Glenogil Estate is situated within the beautiful highlands of Angus, positioned between Glen Clova and Glen Lethnot, and has been visited for the past three years by German scientists examining biodiversity in Scotland. The team studying the moor, led by Dr Daniel Hoffman, from the Game Conservancy Deutschland, have counted an extra 35 species since its first survey in 2015. This includes endangered “red list” birds such as curlew, lapwing, black grouse, merlin and mountain hares, the latter typically culled in some moors, but not at Glenogil. Dr Daniel Hoffman, said the numbers were entirely the result of habitat and predator management, in particular heather burning and the control of animals including foxes, crows and stoats.
The first two years of the project were concentrated on understanding the ecosystem of the grouse moor, all of it’s different areas and the habitat diversity. Special attention was paid to habitats used by the bird species, and as a result, 103 bird species have now been recorded. Not all the birds breed on the estate, but the environment provides nesting during migration and foraging for the wildlife, helping the numbers grow.
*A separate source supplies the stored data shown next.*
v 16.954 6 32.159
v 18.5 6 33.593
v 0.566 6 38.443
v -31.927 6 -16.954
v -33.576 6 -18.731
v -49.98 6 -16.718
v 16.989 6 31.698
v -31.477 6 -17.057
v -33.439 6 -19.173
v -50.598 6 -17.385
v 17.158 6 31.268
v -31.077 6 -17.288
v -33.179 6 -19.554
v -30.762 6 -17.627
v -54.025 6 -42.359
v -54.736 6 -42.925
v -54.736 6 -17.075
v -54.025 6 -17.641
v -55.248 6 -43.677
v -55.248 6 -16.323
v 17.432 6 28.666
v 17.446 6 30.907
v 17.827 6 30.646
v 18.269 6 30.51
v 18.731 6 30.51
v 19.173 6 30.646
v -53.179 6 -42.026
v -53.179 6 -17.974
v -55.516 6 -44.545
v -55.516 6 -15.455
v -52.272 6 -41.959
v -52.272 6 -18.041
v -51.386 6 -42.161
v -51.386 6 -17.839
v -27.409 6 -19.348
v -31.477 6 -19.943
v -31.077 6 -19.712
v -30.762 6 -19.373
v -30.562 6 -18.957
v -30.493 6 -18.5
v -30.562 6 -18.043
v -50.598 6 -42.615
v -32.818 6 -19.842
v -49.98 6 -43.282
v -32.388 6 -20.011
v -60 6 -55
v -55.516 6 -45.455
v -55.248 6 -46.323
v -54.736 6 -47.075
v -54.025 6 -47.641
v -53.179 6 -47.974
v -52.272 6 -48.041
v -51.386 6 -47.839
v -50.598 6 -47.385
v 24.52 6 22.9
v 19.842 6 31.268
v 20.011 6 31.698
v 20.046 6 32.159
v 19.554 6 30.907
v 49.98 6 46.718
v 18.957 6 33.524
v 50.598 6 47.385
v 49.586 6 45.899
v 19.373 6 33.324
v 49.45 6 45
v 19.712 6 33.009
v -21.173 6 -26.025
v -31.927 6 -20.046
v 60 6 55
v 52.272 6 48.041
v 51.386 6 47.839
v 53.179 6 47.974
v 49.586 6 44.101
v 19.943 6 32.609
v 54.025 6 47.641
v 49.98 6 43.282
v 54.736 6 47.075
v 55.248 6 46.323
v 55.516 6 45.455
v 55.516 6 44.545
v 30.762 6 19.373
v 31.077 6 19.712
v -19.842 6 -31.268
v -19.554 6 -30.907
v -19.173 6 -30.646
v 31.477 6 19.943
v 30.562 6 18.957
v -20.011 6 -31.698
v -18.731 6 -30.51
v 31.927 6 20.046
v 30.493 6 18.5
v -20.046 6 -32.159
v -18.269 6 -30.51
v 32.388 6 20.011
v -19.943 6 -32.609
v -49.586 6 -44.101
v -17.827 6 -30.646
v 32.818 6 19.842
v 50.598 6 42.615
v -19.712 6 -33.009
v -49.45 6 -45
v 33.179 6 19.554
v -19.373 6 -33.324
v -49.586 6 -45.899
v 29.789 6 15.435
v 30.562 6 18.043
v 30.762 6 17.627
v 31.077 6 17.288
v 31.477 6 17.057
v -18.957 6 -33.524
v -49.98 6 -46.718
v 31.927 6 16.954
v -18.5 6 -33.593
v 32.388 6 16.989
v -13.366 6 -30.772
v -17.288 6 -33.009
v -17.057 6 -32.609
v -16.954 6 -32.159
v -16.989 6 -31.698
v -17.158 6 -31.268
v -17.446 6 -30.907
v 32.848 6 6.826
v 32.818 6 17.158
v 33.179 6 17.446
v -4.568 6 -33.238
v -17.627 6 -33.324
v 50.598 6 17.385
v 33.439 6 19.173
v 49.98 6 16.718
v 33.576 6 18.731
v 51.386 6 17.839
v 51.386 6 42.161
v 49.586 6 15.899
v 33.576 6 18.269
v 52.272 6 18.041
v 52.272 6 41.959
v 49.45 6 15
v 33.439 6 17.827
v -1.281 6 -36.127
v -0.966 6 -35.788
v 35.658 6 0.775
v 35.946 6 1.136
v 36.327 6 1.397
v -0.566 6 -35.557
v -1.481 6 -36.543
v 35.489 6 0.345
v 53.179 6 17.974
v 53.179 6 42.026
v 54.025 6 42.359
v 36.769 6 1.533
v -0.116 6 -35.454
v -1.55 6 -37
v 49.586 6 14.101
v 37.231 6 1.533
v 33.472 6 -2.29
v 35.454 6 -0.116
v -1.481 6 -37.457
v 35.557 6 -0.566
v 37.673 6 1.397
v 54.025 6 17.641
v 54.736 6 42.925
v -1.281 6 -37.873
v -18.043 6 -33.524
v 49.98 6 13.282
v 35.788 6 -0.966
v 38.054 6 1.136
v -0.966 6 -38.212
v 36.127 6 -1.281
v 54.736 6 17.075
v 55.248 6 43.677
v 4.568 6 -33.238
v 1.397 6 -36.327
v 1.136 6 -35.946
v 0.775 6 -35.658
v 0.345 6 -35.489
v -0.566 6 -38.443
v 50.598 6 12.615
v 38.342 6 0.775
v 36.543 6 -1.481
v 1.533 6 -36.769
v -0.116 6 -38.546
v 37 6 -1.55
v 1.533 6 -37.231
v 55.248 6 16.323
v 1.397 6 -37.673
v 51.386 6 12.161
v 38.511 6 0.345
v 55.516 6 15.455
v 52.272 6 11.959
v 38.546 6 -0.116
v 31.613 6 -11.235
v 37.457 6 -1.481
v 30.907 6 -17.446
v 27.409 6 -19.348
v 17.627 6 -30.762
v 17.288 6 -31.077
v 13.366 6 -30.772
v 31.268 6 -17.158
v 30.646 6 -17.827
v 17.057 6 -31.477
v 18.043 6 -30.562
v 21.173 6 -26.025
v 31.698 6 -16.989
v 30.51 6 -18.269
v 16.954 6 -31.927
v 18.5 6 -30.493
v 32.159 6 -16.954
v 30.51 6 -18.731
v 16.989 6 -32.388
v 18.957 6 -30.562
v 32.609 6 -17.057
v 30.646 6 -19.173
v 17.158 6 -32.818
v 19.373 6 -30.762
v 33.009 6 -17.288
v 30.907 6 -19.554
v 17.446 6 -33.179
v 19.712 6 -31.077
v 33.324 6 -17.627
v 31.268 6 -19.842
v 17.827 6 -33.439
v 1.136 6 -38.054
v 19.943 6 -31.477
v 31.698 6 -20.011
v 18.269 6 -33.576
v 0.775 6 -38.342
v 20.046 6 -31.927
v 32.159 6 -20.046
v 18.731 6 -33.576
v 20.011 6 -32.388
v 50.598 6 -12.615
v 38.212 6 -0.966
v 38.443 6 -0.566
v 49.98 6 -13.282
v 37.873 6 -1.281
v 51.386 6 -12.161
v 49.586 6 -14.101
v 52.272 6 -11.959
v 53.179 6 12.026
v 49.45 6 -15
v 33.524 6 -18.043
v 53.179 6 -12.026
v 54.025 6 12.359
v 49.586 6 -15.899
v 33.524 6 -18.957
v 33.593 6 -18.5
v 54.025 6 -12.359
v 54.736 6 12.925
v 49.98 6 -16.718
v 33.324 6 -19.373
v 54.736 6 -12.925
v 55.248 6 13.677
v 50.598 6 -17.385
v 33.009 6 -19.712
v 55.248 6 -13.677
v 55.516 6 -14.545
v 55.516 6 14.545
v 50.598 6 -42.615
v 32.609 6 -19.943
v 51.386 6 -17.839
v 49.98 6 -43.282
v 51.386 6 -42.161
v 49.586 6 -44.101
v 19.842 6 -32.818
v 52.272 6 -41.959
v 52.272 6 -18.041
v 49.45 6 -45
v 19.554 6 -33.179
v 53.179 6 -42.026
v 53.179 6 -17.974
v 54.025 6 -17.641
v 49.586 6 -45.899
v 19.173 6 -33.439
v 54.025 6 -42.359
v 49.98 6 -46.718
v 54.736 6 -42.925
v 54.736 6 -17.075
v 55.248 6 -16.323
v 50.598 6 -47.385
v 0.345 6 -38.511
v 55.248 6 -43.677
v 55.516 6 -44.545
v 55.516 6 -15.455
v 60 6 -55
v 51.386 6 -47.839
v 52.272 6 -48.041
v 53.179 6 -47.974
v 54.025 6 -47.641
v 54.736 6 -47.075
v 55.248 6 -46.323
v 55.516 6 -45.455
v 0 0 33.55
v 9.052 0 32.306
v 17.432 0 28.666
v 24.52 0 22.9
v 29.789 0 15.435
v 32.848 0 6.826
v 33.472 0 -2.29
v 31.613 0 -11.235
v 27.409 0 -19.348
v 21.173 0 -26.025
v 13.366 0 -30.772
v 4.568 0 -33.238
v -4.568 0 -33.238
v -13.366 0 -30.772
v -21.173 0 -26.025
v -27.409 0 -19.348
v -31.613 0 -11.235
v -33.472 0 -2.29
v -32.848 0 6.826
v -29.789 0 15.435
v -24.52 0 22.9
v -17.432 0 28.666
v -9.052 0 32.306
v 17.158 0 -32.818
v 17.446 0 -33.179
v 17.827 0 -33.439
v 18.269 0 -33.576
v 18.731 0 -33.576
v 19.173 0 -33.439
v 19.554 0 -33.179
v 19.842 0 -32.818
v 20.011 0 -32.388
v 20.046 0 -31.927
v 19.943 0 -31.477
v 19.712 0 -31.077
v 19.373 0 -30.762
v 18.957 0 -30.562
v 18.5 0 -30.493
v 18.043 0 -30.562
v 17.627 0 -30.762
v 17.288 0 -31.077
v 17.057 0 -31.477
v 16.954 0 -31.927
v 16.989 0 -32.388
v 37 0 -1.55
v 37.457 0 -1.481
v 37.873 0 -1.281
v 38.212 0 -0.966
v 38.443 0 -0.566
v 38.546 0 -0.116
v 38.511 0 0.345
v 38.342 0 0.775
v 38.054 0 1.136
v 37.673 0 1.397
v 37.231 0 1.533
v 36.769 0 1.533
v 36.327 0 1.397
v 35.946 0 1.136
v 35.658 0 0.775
The main aim of the research was to demonstrate that you need good habitat management and predation control to ensure a high level of biodiversity of various species. The team at Glenogil are aware that land management is changing on moorland estates, especially for the gamekeepers, who often receive a lot of observation over their methods of conservation. Dr Hoffman’s work is helping prove that the methods of conservation are beneficial to preserving wildlife.
Danny Lawson, head gamekeeper at Glenogil Estate, said: “Land management, especially for gamekeepers on moorland estates, has never been under closer scrutiny. Much has changed in the sector over the last 15 years including at Glenogil, and it is only fair that we recognise where our management is creating a rich tapestry of wildlife".